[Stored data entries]

'''

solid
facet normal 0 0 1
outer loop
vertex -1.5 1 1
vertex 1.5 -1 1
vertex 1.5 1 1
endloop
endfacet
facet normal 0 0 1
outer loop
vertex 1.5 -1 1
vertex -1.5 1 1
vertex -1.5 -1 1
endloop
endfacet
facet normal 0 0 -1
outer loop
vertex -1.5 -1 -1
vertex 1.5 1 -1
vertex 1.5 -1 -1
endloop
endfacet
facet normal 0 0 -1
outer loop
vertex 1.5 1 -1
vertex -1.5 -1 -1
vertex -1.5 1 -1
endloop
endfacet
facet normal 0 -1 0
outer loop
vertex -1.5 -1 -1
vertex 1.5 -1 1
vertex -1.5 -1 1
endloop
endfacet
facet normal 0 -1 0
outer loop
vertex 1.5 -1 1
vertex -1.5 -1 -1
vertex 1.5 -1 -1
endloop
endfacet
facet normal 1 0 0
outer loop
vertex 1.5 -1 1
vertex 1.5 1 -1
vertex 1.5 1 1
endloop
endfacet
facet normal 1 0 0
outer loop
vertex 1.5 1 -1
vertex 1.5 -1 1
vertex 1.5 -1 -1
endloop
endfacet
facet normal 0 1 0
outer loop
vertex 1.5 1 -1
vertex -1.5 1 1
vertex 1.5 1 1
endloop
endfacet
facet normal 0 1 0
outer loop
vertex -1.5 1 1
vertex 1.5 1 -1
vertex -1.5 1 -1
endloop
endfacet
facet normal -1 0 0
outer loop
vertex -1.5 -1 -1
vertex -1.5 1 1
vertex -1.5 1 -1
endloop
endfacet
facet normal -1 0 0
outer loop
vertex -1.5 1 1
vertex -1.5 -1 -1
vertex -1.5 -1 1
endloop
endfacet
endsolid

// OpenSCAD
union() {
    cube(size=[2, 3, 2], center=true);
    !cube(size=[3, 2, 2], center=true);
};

'''
'''

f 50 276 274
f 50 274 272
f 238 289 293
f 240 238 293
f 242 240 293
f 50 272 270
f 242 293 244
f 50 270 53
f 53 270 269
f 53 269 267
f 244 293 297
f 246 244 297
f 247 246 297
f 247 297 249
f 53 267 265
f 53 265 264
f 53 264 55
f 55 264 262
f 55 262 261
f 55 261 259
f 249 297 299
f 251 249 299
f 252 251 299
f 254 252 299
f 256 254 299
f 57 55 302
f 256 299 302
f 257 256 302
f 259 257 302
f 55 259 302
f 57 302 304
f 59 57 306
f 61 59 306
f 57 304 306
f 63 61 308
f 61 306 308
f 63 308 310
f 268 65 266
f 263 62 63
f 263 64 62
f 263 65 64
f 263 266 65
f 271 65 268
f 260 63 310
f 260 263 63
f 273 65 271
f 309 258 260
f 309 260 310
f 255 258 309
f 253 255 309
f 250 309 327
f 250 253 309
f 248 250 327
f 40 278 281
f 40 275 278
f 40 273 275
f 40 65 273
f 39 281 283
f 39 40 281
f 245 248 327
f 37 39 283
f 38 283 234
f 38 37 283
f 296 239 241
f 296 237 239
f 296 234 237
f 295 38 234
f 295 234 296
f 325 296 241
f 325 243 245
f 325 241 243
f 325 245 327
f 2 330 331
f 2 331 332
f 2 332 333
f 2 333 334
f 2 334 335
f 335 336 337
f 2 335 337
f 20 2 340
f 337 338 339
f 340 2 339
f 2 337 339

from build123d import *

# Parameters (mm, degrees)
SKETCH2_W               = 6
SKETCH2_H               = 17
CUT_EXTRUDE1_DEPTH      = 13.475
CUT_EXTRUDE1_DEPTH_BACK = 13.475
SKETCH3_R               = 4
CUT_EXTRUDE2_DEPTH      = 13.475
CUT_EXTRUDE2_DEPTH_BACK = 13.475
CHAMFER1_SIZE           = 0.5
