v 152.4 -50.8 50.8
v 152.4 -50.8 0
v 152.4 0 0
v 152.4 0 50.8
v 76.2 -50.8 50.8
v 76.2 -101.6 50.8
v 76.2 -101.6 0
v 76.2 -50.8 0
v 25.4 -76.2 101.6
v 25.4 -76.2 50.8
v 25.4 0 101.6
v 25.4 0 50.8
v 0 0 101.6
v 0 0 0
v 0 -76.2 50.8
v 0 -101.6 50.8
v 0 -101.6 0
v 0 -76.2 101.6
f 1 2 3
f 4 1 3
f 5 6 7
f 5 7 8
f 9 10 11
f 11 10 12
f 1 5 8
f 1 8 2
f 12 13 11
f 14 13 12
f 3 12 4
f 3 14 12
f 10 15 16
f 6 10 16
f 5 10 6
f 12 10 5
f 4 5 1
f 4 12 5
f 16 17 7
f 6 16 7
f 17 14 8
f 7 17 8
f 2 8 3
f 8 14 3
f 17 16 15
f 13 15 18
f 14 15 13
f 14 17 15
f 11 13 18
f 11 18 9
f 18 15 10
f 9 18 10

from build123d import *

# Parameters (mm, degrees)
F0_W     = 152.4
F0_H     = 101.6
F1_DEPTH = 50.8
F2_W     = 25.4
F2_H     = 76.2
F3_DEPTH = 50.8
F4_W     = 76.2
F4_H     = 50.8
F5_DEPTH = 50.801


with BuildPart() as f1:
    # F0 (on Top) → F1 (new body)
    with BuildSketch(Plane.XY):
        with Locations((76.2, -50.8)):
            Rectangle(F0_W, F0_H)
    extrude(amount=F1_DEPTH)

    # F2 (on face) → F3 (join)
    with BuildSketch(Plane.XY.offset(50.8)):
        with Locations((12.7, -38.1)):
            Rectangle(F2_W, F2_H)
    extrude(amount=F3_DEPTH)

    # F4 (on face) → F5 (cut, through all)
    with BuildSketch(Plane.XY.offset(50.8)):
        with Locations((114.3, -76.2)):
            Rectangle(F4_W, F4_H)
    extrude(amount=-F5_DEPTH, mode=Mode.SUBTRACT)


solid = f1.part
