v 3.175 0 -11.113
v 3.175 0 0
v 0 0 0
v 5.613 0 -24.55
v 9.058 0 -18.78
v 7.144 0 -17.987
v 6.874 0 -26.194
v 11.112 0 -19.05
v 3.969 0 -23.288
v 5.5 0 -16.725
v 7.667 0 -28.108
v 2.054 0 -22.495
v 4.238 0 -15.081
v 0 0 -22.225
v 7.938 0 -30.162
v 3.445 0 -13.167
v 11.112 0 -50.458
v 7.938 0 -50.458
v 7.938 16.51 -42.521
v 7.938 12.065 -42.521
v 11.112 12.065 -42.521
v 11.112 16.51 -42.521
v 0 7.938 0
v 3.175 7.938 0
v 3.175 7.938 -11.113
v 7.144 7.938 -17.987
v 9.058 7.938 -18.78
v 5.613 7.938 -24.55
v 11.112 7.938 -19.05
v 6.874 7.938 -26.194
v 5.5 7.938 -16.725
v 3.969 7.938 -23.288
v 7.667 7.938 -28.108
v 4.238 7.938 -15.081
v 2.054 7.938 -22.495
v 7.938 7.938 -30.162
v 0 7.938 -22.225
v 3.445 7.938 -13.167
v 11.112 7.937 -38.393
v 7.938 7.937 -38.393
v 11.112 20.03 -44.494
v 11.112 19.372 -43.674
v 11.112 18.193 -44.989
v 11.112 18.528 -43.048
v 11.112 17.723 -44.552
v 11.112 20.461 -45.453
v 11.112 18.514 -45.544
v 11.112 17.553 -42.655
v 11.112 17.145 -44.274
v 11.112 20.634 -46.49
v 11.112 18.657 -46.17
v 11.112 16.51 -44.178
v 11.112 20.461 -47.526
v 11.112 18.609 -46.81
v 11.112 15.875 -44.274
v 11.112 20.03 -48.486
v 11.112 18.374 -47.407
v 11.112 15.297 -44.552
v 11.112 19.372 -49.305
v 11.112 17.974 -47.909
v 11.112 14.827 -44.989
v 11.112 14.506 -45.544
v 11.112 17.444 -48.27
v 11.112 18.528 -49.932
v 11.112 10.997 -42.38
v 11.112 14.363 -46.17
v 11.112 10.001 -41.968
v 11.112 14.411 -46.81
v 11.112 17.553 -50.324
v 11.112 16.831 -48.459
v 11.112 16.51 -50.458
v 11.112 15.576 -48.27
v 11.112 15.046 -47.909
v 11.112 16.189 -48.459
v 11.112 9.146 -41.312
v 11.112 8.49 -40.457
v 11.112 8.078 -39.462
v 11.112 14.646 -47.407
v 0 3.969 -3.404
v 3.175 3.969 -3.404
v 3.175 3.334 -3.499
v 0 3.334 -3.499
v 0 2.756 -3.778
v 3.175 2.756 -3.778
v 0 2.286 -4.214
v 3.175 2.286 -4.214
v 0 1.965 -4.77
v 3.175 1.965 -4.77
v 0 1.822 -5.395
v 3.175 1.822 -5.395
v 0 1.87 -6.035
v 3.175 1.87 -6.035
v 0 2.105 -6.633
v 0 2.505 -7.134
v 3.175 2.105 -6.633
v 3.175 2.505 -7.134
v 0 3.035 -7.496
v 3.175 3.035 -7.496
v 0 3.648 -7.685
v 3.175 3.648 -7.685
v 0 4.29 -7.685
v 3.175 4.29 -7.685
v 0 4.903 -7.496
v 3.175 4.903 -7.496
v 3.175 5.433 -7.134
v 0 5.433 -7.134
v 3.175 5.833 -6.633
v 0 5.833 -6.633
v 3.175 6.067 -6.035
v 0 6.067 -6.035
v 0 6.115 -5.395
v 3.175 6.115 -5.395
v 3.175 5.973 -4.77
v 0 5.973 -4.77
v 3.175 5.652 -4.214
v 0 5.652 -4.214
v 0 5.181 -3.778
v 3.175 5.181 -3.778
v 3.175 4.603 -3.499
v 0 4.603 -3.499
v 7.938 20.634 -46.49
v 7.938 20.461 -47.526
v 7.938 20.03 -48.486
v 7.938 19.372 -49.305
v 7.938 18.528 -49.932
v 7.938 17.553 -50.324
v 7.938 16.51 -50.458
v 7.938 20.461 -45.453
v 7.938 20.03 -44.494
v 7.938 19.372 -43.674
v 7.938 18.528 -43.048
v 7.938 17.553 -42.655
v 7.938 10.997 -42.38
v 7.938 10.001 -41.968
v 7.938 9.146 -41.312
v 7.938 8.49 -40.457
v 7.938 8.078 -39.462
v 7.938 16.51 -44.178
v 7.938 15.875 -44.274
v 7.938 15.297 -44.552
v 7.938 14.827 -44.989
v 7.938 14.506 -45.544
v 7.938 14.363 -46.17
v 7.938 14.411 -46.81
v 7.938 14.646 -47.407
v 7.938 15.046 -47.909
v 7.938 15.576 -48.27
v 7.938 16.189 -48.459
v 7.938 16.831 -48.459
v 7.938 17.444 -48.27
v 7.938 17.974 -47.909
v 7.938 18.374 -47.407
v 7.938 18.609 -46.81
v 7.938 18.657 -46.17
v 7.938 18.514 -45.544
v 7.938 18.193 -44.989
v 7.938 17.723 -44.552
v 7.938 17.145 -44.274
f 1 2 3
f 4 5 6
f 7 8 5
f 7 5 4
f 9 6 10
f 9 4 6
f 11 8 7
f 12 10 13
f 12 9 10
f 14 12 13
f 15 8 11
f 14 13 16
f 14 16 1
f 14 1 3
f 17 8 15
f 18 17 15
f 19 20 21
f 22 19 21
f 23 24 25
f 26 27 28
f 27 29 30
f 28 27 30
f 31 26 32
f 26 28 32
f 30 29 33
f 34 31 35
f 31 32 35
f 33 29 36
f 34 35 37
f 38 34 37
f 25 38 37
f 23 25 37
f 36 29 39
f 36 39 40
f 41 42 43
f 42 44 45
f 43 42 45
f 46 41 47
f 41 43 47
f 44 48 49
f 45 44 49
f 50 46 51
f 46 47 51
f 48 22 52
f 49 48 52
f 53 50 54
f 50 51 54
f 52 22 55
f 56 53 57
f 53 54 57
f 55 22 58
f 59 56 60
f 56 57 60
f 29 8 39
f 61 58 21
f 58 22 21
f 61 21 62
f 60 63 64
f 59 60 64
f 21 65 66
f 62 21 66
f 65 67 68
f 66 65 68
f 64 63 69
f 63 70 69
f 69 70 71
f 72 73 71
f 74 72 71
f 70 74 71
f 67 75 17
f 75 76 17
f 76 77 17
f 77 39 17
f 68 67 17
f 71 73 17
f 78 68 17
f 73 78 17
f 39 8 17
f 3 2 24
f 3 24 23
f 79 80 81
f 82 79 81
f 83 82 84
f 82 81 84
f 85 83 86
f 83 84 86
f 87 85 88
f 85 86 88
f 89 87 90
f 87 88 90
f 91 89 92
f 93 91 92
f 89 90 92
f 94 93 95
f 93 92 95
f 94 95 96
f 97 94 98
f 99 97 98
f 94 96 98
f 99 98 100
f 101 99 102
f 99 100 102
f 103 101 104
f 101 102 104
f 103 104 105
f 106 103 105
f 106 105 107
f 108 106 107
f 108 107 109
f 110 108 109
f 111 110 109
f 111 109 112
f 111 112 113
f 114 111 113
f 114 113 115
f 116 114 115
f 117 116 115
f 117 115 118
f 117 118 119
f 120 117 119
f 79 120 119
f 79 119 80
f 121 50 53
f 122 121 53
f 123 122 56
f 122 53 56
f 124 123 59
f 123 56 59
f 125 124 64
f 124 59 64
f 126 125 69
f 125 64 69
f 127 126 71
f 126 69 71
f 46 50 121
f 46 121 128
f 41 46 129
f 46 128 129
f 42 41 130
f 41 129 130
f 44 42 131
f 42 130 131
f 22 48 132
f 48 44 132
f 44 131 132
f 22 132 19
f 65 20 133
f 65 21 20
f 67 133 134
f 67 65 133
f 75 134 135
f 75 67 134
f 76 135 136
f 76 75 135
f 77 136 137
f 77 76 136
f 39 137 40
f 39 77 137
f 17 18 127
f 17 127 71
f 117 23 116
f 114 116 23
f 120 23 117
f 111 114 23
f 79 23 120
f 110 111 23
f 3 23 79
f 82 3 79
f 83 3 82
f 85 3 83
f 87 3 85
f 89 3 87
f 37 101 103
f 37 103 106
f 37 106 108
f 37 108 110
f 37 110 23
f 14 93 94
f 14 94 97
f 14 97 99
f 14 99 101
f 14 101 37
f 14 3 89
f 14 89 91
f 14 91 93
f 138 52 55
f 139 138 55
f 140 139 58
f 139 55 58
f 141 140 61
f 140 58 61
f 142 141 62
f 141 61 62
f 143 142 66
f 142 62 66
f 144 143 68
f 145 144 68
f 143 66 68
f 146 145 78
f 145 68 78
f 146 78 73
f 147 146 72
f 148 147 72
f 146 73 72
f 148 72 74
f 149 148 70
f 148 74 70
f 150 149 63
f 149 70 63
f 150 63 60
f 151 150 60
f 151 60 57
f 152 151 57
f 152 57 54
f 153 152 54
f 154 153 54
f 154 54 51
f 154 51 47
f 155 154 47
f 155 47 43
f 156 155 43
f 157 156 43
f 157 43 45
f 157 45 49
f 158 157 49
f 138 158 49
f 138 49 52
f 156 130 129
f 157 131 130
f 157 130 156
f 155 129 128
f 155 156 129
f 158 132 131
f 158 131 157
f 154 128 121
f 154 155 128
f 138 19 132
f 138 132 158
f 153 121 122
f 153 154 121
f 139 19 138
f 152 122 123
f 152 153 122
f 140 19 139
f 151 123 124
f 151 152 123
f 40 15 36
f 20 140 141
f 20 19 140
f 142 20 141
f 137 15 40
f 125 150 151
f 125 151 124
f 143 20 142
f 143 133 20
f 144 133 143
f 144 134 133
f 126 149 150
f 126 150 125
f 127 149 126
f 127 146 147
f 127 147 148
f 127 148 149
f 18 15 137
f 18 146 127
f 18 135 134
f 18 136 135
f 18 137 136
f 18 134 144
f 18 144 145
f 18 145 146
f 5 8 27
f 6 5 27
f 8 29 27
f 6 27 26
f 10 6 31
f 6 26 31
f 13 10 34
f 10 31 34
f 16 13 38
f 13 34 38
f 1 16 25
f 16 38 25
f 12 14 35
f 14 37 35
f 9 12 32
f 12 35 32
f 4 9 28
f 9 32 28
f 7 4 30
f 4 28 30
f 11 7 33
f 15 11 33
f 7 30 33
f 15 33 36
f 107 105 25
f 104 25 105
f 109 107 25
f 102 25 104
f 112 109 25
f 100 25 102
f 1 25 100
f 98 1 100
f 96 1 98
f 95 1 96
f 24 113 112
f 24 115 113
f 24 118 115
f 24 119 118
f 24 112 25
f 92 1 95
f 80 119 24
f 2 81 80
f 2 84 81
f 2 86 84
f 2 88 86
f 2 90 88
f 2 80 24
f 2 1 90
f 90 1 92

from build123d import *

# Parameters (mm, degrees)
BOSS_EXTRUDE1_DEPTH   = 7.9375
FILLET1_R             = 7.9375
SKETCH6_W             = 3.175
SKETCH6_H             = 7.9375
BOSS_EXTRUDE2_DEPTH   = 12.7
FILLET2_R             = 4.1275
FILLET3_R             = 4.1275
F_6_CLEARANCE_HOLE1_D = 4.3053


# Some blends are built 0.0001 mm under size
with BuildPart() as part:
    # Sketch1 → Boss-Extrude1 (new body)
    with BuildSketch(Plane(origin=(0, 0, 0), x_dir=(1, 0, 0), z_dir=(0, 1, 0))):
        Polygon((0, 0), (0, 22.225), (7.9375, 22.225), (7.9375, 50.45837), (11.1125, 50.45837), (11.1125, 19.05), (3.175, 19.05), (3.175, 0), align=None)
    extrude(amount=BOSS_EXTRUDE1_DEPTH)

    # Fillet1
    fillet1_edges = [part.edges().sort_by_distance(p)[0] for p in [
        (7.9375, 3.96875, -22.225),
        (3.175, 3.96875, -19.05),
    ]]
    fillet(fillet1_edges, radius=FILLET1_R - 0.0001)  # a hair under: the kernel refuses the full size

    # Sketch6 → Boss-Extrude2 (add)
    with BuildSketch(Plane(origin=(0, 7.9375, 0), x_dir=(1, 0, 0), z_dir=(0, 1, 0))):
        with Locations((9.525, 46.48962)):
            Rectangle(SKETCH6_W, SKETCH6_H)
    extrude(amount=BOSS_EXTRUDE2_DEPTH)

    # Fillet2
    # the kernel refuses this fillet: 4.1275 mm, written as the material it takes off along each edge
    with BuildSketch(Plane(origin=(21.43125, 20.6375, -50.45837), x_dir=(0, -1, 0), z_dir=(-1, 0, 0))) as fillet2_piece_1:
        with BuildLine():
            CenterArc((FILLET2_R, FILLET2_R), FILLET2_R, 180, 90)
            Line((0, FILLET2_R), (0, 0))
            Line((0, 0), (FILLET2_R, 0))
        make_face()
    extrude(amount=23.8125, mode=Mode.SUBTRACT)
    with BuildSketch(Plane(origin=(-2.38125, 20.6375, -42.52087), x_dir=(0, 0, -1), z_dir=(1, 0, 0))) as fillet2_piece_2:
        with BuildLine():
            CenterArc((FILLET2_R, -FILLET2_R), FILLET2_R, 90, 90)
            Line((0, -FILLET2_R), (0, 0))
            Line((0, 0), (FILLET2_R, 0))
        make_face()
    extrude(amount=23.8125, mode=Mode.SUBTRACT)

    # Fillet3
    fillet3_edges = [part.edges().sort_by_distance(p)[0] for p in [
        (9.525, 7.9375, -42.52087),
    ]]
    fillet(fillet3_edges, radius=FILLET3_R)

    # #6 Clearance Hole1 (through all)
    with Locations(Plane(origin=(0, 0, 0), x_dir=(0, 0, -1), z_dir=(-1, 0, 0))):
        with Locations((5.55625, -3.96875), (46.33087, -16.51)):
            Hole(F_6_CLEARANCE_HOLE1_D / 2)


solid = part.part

'''

◆ **DIRECTIONS FOR THIS TASK**
The lines to extract from the data above begin with the line containing "f 79 119 80" and end with the line containing "f 150 149 63". Extract them exactly, including both.

◆ **YOUR SOLUTION**
f 79 119 80
f 121 50 53
f 122 121 53
f 123 122 56
f 122 53 56
f 124 123 59
f 123 56 59
f 125 124 64
f 124 59 64
f 126 125 69
f 125 64 69
f 127 126 71
f 126 69 71
f 46 50 121
f 46 121 128
f 41 46 129
f 46 128 129
f 42 41 130
f 41 129 130
f 44 42 131
f 42 130 131
f 22 48 132
f 48 44 132
f 44 131 132
f 22 132 19
f 65 20 133
f 65 21 20
f 67 133 134
f 67 65 133
f 75 134 135
f 75 67 134
f 76 135 136
f 76 75 135
f 77 136 137
f 77 76 136
f 39 137 40
f 39 77 137
f 17 18 127
f 17 127 71
f 117 23 116
f 114 116 23
f 120 23 117
f 111 114 23
f 79 23 120
f 110 111 23
f 3 23 79
f 82 3 79
f 83 3 82
f 85 3 83
f 87 3 85
f 89 3 87
f 37 101 103
f 37 103 106
f 37 106 108
f 37 108 110
f 37 110 23
f 14 93 94
f 14 94 97
f 14 97 99
f 14 99 101
f 14 101 37
f 14 3 89
f 14 89 91
f 14 91 93
f 138 52 55
f 139 138 55
f 140 139 58
f 139 55 58
f 141 140 61
f 140 58 61
f 142 141 62
f 141 61 62
f 143 142 66
f 142 62 66
f 144 143 68
f 145 144 68
f 143 66 68
f 146 145 78
f 145 68 78
f 146 78 73
f 147 146 72
f 148 147 72
f 146 73 72
f 148 72 74
f 149 148 70
f 148 74 70
f 150 149 63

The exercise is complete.